New Orleans, After the Spotlight
By Bill Shore | October 24, 2006
It’s been nearly two months since the first anniversary of Hurricane Katrina brought the spotlight back to New Orleans. But as it always and inevitably does, the spotlight moved on and most of the country today hears little about New Orleans in the news. Yesterday as more than 300 attendees to Share Our Strength’s Conference of Leaders began to arrive, we had the opportunity to bear witness to the region’s ongoing challenges and opportunities.
People around the country often ask if New Orleans will be, or should be, rebuilt. There is a vast range of opinion on the subject but you only have to spend two hours with one particular person here to find the answer. Her name is Mardelle Early, and she describes herself as the mother of 372 kids. At 53, she has been in the education system for 31 years, most recently as principal of Lake Forest Elementary, the second highest scoring elementary school in the city. Mardelle is at the center of the single most encouraging development in New Orleans, which is education reform driven by charter schools.
Before we toured Mardelle’s school yesterday, her friend and colleague Sarah Usdin, founder of New Schools for New Orleans told us, “Before Katrina the New Orleans school system was financially, academically and morally bankrupt. 107 schools were below the state education average. Dead people were getting checks that should have been going to support education. We did not educate kids. Often we wished we could just blow up the whole system.”
“But after Katrina it became clear that a recovery cannot take place without public education. So citizens took responsibility for what needed to happen, and we’re seeing a level of civic engagement in schools we’d never seen before. 60 percent of all New Orleans students are now in charter schools. The city’s future depends on creating a good public school system.”
During the hurricane principal Mardelle Early had evacuated to Atlanta at 3:50 a.m. and returned in November to find that the home she’d bought just months ago had been filled with four feet of water. As we drove through neighborhoods that have remained deserted since the levees broke, she stood at the front of our tour bus, her silver leaf earrings dangling near her shoulders, and spoke to us with an enthusiasm and energy that even 16 months of struggle have not dampened. “I just didn’t have the time to fix up my home and fix up the school system.

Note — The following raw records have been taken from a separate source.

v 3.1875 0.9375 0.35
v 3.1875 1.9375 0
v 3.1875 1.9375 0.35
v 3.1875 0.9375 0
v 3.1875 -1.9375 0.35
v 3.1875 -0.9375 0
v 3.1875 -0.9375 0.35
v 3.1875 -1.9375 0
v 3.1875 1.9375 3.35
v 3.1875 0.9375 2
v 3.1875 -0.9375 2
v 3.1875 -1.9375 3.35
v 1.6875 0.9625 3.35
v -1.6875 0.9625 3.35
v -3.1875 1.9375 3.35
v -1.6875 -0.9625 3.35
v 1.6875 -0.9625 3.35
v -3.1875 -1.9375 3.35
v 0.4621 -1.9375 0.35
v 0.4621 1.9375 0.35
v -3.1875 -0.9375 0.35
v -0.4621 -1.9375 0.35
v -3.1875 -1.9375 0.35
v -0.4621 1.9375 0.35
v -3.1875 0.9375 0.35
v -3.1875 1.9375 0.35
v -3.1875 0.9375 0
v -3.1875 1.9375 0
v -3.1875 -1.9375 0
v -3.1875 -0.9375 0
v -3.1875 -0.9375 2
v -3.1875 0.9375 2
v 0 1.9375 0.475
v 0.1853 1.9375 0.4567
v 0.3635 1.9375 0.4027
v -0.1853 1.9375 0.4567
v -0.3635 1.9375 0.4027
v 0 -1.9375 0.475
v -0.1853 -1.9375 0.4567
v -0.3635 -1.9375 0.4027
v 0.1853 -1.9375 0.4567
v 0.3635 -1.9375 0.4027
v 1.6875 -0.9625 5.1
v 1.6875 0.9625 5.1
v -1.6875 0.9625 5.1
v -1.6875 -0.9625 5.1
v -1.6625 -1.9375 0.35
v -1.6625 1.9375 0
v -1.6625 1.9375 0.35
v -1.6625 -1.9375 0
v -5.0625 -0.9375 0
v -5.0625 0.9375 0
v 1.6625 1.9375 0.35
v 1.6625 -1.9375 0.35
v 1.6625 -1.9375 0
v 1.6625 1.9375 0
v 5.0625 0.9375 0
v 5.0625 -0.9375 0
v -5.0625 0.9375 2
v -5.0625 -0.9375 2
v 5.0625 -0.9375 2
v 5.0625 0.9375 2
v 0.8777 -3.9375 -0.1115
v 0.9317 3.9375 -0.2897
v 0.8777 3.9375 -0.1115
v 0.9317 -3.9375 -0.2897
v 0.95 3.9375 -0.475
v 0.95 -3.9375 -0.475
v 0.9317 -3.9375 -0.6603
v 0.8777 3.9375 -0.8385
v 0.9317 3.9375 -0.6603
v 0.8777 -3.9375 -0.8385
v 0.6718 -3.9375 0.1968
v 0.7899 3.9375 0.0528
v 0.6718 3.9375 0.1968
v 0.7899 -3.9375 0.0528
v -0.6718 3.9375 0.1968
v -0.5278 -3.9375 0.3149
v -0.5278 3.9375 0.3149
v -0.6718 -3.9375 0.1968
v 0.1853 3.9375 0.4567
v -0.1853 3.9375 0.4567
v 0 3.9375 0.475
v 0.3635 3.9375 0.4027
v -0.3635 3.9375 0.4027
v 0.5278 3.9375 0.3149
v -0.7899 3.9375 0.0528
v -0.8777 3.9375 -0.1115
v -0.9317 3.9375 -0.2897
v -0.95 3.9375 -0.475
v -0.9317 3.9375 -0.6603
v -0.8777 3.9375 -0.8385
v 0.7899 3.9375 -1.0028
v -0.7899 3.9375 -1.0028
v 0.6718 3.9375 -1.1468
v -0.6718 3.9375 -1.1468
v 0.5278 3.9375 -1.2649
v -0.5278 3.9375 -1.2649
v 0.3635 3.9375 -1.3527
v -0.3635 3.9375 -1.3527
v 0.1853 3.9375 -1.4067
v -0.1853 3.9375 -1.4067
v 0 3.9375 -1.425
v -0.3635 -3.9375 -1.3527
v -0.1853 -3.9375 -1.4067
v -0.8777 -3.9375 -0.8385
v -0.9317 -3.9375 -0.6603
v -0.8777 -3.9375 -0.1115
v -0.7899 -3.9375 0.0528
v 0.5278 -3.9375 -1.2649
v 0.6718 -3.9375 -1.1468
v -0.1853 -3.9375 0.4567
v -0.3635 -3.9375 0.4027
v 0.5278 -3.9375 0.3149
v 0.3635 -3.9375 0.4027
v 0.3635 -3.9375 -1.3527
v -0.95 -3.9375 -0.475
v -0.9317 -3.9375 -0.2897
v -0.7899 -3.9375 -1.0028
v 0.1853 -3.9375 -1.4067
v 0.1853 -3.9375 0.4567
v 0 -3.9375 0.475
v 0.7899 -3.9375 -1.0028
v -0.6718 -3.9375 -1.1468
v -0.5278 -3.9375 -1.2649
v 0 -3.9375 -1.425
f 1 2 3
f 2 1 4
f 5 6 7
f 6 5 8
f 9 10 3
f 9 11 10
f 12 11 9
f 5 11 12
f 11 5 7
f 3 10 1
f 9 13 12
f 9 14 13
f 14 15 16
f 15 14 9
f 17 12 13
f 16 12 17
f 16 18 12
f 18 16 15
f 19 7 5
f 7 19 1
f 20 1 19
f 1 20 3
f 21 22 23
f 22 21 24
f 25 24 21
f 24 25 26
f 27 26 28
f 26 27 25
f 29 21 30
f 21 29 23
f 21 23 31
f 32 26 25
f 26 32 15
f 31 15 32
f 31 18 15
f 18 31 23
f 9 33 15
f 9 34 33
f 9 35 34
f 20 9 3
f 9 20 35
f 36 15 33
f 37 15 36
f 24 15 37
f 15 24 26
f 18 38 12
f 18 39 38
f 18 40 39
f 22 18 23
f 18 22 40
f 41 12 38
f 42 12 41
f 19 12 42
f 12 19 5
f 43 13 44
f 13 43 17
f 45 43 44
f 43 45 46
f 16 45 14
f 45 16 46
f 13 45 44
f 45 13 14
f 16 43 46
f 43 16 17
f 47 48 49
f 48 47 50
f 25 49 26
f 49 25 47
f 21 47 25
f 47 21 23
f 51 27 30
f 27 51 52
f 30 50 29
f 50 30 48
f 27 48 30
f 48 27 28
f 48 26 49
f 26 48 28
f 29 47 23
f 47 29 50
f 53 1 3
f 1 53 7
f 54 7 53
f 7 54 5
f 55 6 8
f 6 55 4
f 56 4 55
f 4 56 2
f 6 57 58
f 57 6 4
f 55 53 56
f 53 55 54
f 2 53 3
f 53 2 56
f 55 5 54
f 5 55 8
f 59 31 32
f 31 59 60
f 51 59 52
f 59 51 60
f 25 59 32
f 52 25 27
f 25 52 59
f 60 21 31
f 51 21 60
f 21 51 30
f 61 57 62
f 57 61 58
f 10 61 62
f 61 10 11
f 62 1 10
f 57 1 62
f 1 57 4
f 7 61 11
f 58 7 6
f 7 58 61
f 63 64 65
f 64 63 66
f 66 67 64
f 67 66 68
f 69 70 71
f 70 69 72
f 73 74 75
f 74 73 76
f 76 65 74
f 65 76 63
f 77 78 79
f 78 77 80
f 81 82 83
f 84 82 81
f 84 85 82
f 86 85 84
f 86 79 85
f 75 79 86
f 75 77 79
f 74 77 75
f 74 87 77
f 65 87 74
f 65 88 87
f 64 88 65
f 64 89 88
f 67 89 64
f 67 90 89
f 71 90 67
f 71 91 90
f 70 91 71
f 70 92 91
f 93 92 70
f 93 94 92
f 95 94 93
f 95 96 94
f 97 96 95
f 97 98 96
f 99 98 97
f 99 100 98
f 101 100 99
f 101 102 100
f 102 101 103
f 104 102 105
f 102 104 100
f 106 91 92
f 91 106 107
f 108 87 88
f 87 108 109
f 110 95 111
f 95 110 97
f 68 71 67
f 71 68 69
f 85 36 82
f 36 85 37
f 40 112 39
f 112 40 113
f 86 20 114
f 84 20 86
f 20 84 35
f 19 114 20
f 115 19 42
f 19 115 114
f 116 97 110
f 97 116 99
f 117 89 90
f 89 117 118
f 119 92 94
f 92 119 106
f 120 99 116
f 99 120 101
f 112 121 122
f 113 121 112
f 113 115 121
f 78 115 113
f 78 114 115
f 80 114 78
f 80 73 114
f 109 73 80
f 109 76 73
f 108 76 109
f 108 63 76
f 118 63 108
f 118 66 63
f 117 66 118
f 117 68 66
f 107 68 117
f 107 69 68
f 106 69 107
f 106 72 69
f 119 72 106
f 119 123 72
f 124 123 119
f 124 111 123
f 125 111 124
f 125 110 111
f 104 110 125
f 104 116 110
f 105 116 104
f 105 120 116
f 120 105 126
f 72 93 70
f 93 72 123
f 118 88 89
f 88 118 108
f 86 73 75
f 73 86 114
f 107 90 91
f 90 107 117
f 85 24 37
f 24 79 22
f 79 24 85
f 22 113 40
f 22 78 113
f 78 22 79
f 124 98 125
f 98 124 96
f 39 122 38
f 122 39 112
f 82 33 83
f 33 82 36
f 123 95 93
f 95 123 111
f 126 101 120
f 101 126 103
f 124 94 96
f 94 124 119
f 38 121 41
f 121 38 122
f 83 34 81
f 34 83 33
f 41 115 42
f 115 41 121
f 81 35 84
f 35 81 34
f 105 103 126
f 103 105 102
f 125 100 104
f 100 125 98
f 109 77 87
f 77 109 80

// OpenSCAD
nozzle_diameter = 0.25;

tactile_button();

//charge_indicator(true);

module charge_indicator(positive = false) {
    p = positive ? (nozzle_diameter * 1.5) : 0;
    
    translate([((5.25 + p) / -2) - 0.375, ((43.5 + p) / -2) - 0.075, -2.4])
    union() {
        // PCB.
        difference() {
            union() {
                cube([5.25 + p, 43.5 + p, 3]);
                translate([-5.5 - p / 2, 1 + p / 2, 0]) 
                    cube([16.5 + p, 41.5 + p, 3]);
            }
        
            // Mounting holes
            translate([(5.25 + p) / 2, 4.125 + (p / 2), 1.5]) {
                cylinder(d = 1.75, h = 4, $fn = 32, center = true);
                translate([0, 36, 0])
                    cylinder(d = 1.75, h = 4, $fn = 32, center = true);
            }
        }
        
        // Display
        translate([-5.5 - p / 2 - 1.5, 1 + 4.7 + p / 2, 3])
            translate([]) cube([20 + p, 31.25 + p, 6 + (positive ? 8 : 0)]);
        
        if (positive) {
            // Mounting holes
            translate([(5.25 + p) / 2, 4.125 + (p / 2), 0]) {
                cylinder(d = 1.75, h = 8, $fn = 32);
                translate([0, 36, 0])
                    cylinder(d = 1.75, h = 8, $fn = 32);
            }
        }
    }
}

module tactile_button(positive = true, depth = 0, retention_diameter = 1.65, retention_depth = 2) {
    p = positive ? (nozzle_diameter * 1.5) : 0;
    
    translate([(6 + p) / -2, (3.5 + p) / -2, -depth]) union() {
        translate([0, 0, 0.35]) {
            // body
            cube([6 + p, 3.5 + p, 3 + depth]);

            // button
            translate([3 / 2, 1.95 / 2, 0])
                cube([3 + p, 1.55 + p, 4.75 + depth]);
        }
        
        // standoffs
        translate([0, 0, depth]) {
            cube([1.15 + p, 3.5 + p, 0.35]);
            translate([6 + p - 1.15 - p, 0, 0])
                cube([1.15 + p, 3.5 + p, 0.35]);
        }
        
        // Egress of solder joints
        translate([-1.5 - p, 1, 0]) cube([1.5 + p, 1.5 + p, 2 + depth]);
        translate([6 + p, 1, 0]) cube([1.5 + p, 1.5 + p, 2 + depth]);
    }
    
    // retention holes
    translate([0, 0, (retention_diameter + nozzle_diameter) / -2 + 0.35 + nozzle_diameter / 2]) rotate([90, 0, 0]) cylinder(d = retention_diameter + nozzle_diameter, h = 3.5 + p + (retention_depth * 2), center = true, $fn = 32);
}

So I’ve lived in six different places since.” Mardelle made her cell phone number available over the internet. “I wanted my students and parents to be able to reach me,” she said. “I wanted to know they were okay, and to help. I had a phone bill of over $1000 a month. And no job!”
“Katrina made everyone equal. We had to get food stamp coupons and vouchers for $300 cash to live on. I’ll never forget standing on the bus to the bank that they put us on to go get that money. I’ll tell you, it humbles you. It makes you see the road that others are on. I understand now how it feels to stand in line and wait.”
At Mardelle’s school we found one class after another of attentive children in uniforms, enjoying small class sizes and taking advantage of a plentiful supply of Gateway computers. To pull it off Mardelle had to be more than an educator. “I had to learn to be a CEO, and a general contractor, a politician, and a fundraiser, and how to assemble computers.”
New Orleans still has massive challenges. Vast tracks of housing have been ruined and abandoned. Power and phone service has still not yet been restored to all neighborhoods. Only 11 of the 34 Headstart programs that served some of the most at-risk kids are up and running again, and only 54 of 277 licensed childcare providers are back.
But Mardelle Early makes moot the question of whether New Orleans will be rebuilt. What she brings – energy, spirit, hope - can’t be donated, ordered or legislated. It also cannot be defeated. School reform will not only make New Orleans better, it may transform it into an irresistibly attractive place for families and children. It would be great for New Orleans if there were a thousand people like Mardelle Early. And there may well be. But when it comes to answering questions about New Orleans survival, I was convinced by just one.